Содрогнулся всем телом, открыл глаза.
— Форвертс! — толкнул рыжий.
Гриша поплелся в темень, ощущая на своей шее прерывистое, отдающее шнапсом дыхание.
Солнце восходит всегда
О побеге теперь нечего было и думать. Курт не спускал с проводника глаз. То и дело тыкал палкой в худенькую мальчишечью спину.
— Вперьод! — зло покрикивал. — Шнель! Шнель!
Спешили немцы: скоро рассвет. А на востоке то и дело вспыхивали ракеты и усиливалось глухое урчание моторов. «Наши прорвались, или торопятся в свой фатерлянд такие же, как эти?» — думал-гадал Гриша.
Голенастый иногда останавливал колонну, осатанело рычал на солдат, которые уже не очень-то соблюдали тишину, прислушивался к далекому гулу. Плюнув в дорожную грязь, резко, точно кнутом, подстегивал солдат:
— Шнель!
Куда там «шнель»! Гриша повернул колонну в Царево урочище, а это самое худшее место в лесу — земля вязкая. Кони грузнут, солдаты тяжело хекают возле колес. Гауптман смотрел в ночную темень, прислушивался к надоедливому чавканью под ногами людей и лошадей, и ему, наверное, казалось, что уже никогда не увидит он сухого и надежного островка, что земная твердь исчезла навечно, а на его долю осталась лишь слякотная каша — болото. Казалось, могучий лес смотрел суровыми черными глазами, словно живой, и в этом взгляде была затаенная угроза.
— Проклятый урвальд, девственный лес, — бурчал рыжий увалень, переводя дыхание, и со страхом оглядывался.

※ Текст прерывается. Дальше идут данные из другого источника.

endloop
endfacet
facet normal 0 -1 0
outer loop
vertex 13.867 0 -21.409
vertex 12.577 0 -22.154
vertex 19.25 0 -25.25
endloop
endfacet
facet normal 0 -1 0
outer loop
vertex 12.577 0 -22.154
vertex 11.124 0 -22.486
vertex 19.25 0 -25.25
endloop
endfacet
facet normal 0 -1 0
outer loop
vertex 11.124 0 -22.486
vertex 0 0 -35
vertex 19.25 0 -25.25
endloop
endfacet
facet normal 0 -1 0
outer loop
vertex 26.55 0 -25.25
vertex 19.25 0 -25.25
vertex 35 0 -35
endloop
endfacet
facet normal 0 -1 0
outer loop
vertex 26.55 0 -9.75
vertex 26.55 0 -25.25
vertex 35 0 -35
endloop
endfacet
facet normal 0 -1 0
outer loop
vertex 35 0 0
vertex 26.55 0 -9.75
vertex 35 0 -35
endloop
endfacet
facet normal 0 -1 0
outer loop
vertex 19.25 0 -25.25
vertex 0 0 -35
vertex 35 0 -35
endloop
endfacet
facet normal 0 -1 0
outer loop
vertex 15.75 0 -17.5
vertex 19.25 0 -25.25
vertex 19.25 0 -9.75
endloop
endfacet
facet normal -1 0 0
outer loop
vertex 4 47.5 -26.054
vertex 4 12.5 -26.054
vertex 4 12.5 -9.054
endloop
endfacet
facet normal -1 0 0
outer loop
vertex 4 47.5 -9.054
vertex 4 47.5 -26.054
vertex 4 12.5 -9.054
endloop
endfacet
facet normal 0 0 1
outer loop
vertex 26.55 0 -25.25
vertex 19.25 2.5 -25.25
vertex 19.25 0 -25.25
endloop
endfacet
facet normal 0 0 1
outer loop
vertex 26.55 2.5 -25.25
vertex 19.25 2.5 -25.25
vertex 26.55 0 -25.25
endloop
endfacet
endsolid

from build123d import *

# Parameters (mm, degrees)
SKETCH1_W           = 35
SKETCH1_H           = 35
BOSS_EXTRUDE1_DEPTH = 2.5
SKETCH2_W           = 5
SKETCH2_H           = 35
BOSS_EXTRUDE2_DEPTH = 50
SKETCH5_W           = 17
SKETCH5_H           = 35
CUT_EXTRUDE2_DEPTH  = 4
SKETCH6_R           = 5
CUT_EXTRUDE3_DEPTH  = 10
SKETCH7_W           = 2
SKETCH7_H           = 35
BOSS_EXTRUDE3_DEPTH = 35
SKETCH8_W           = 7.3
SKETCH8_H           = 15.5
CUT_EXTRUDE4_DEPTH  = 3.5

Палка уперлась в худые плечи — рыжий толкнул Гришу на очередной «спрашивайт». Но это уже должен быть не обыкновенный «спрашивайт», как вечером или ночью, ибо закончились эти жуткие «драйциг минутен». Что с ним будет?.. Впрочем, ясно. Немцы — народ точный. Отмерили тебе тридцать минут — получай. Не вывел же на Старый Хутор, а завел в такое адское болото, откуда им не выбраться. Наши наверняка их здесь застукают. Но он, Гриша, не увидит той долгожданной расплаты…
Гауптман наклонился с вороного, поднес парабеллум к самому носу мальчугана, словно предлагал понюхать запах смерти. Гриша вздрогнул, ощутив холод металла, живо указал налево:
— Смотрите, лес уже кончается…
Верно, слева открылась широкая поляна. Гауптман спрятал парабеллум в кобуру и громко, с облегчением вздохнул: проклятый ночной «урвальд» наконец позади. Огрев уставшего коня нагайкой, он вырвался вперед колонны.
— Форвертс! — громко крикнул. И сам испугался своего зычного голоса. Впервые за всю ночь он заговорил громко, впервые засмеялся каким-то болезненным, деревянным смехом.